> _WORK REQUEST_
Go through the records below and show every line with the string "revolve".
• • • • • • •
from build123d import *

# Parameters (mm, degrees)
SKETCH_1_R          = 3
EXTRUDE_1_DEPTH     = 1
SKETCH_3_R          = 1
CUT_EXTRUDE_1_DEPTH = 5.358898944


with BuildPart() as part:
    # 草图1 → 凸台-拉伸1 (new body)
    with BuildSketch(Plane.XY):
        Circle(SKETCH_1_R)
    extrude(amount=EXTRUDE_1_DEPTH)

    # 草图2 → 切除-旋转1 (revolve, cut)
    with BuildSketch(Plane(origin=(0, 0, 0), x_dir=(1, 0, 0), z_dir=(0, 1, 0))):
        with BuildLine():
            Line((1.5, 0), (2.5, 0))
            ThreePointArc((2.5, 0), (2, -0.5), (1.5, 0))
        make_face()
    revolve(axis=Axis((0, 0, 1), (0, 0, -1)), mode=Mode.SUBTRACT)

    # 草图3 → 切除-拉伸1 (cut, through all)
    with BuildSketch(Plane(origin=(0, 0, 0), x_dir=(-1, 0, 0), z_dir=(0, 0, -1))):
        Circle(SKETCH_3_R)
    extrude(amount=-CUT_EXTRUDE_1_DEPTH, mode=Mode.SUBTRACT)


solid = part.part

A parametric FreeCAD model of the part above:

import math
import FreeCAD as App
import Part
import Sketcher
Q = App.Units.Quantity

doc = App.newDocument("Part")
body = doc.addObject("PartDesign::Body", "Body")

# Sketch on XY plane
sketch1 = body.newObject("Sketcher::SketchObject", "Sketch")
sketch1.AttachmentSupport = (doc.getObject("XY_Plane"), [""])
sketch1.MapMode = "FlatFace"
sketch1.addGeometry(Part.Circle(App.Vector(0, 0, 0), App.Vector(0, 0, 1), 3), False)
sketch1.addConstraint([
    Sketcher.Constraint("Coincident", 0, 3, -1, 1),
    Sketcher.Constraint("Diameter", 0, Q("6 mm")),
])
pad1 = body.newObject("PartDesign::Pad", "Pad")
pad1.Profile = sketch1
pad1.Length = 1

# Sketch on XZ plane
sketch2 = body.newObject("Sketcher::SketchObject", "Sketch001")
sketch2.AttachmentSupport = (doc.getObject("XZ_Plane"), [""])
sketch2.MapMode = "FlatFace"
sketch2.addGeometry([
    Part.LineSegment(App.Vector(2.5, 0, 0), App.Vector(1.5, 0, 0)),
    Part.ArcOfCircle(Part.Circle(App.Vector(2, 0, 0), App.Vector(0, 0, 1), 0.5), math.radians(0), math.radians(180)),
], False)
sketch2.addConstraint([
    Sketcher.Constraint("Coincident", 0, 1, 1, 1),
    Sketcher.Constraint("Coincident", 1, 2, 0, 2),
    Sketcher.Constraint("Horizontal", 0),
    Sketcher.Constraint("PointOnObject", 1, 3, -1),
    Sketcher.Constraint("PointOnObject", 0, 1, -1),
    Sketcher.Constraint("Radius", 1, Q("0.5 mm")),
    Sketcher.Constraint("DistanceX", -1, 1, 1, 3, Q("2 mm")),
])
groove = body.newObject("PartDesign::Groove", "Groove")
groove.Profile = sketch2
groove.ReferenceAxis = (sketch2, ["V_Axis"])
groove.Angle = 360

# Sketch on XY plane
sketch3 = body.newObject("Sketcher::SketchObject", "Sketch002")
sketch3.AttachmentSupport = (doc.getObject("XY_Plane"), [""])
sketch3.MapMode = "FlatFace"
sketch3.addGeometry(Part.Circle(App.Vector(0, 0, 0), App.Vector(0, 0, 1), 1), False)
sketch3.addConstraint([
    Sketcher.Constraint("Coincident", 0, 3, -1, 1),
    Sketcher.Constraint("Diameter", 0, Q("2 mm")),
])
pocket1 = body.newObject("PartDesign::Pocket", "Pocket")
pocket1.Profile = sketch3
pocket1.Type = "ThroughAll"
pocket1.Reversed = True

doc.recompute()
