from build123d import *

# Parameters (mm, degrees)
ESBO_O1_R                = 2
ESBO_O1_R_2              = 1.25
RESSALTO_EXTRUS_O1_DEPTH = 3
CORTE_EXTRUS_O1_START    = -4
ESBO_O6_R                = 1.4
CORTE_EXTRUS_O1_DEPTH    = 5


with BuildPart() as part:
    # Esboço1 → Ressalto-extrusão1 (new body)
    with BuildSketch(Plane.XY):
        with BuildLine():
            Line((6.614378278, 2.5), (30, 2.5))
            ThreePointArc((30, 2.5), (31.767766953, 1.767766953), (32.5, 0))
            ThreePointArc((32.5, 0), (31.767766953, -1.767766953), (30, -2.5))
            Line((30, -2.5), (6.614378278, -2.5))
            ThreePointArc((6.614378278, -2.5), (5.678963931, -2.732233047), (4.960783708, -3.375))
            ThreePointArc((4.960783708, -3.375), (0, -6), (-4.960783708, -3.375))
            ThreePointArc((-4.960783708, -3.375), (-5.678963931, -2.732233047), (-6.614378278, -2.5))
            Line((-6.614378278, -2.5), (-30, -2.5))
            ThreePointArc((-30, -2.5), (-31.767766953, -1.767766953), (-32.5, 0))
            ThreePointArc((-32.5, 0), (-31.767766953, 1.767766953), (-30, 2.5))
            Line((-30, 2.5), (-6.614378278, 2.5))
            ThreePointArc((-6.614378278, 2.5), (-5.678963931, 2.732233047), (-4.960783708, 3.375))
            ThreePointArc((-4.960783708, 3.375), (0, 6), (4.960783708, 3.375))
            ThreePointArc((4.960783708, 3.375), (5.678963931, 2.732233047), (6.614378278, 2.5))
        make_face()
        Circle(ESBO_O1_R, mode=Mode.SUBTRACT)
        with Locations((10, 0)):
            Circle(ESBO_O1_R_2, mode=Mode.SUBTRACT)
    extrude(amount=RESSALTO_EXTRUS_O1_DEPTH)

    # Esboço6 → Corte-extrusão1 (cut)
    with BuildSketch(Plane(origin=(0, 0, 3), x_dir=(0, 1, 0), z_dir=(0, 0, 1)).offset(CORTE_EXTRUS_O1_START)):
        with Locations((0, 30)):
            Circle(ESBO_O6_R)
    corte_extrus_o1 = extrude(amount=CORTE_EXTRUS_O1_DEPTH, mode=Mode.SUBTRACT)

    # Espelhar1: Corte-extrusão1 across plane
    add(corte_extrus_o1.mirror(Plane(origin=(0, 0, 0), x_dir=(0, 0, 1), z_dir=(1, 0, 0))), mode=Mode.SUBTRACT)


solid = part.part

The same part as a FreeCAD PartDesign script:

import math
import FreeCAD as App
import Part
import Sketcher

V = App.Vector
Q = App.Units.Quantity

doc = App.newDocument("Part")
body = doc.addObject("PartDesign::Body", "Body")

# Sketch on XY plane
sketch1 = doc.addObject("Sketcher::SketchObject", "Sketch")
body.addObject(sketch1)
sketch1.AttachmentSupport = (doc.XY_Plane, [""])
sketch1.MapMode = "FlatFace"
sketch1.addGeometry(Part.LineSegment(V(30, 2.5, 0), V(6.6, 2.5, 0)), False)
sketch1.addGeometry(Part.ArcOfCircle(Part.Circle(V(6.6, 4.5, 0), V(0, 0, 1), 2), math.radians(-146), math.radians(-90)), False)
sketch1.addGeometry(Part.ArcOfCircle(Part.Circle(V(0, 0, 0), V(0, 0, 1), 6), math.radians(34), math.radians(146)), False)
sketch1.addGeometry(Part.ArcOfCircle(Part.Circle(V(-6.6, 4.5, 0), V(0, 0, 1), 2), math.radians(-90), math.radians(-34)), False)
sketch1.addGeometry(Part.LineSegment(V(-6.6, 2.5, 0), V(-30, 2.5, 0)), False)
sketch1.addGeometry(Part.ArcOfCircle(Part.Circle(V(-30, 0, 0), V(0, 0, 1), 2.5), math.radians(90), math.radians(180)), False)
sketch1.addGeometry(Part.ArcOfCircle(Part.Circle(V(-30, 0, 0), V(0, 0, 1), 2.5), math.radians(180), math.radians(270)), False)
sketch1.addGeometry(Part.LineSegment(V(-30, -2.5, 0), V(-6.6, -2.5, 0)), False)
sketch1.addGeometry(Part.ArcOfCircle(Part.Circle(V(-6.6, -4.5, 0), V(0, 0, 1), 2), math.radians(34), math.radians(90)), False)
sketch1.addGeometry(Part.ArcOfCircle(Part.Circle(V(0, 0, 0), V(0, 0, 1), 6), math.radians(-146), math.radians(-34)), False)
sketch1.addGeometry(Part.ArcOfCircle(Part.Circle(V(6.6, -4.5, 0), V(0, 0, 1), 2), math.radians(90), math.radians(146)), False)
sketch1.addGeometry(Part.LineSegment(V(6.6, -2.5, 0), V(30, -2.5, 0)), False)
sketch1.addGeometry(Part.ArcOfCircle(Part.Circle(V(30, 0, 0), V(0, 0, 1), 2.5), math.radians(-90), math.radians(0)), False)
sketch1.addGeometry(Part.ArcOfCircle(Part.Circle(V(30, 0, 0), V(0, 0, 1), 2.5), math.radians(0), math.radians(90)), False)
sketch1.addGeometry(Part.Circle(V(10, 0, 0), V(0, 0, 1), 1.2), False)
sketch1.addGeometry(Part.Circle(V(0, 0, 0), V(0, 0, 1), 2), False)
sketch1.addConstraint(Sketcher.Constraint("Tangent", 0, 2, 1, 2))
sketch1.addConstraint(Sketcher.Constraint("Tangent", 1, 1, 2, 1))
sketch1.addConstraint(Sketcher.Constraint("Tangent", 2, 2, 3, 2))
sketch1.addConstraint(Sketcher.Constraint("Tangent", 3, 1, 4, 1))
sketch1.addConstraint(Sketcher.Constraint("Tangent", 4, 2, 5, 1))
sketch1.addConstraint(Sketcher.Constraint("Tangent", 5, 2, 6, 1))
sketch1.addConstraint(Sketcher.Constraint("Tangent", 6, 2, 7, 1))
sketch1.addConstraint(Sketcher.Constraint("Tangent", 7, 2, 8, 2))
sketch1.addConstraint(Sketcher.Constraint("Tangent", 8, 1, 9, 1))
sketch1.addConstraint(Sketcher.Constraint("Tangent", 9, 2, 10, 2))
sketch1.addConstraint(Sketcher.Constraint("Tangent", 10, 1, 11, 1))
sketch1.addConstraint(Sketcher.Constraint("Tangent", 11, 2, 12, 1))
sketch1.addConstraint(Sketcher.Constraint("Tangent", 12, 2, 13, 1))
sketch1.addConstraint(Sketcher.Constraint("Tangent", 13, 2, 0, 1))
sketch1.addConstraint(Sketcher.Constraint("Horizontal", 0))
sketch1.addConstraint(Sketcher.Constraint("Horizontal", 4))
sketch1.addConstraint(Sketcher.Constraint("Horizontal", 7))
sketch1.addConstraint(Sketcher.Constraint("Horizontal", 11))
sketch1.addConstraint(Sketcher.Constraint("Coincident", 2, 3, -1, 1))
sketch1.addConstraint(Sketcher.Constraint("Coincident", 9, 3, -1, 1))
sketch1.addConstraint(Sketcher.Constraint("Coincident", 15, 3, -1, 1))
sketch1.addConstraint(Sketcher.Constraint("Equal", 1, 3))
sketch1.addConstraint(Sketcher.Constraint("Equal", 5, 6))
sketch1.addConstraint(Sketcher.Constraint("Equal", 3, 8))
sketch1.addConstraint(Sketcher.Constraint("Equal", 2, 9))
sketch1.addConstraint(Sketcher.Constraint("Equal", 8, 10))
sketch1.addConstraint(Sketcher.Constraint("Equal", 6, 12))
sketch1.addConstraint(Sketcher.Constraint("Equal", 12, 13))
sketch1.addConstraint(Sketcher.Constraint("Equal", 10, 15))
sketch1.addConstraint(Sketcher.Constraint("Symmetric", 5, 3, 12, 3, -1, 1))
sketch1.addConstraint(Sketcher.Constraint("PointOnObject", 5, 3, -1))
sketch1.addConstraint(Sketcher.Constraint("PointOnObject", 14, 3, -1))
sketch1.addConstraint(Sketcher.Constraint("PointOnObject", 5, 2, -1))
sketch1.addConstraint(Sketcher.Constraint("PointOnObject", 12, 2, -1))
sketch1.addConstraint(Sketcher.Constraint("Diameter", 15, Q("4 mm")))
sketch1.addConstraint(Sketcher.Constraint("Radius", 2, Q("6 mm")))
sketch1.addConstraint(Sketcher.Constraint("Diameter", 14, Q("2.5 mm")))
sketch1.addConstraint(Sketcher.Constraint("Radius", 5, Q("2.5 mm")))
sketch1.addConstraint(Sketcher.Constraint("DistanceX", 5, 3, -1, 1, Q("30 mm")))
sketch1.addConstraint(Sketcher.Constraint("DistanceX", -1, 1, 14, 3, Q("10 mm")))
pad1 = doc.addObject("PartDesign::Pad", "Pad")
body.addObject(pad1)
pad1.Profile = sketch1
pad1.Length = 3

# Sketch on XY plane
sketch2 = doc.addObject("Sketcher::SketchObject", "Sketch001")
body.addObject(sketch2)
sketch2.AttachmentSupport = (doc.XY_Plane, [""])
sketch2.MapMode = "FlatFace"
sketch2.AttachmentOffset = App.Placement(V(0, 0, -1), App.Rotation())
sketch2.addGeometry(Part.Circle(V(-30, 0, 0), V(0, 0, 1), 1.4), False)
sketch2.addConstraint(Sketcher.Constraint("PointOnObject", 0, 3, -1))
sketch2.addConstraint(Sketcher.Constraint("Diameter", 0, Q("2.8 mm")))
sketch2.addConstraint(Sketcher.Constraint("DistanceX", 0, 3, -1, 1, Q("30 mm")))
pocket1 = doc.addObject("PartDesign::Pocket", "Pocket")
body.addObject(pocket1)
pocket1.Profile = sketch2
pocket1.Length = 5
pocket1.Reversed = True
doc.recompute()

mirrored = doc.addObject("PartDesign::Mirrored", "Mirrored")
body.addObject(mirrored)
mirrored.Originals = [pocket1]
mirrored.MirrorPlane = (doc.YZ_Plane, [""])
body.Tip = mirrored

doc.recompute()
• • • • • • •
> _SOLUTION_
    # 草图2 → 切除-旋转1 (revolve, cut)
    revolve(axis=Axis((0, 0, 1), (0, 0, -1)), mode=Mode.SUBTRACT)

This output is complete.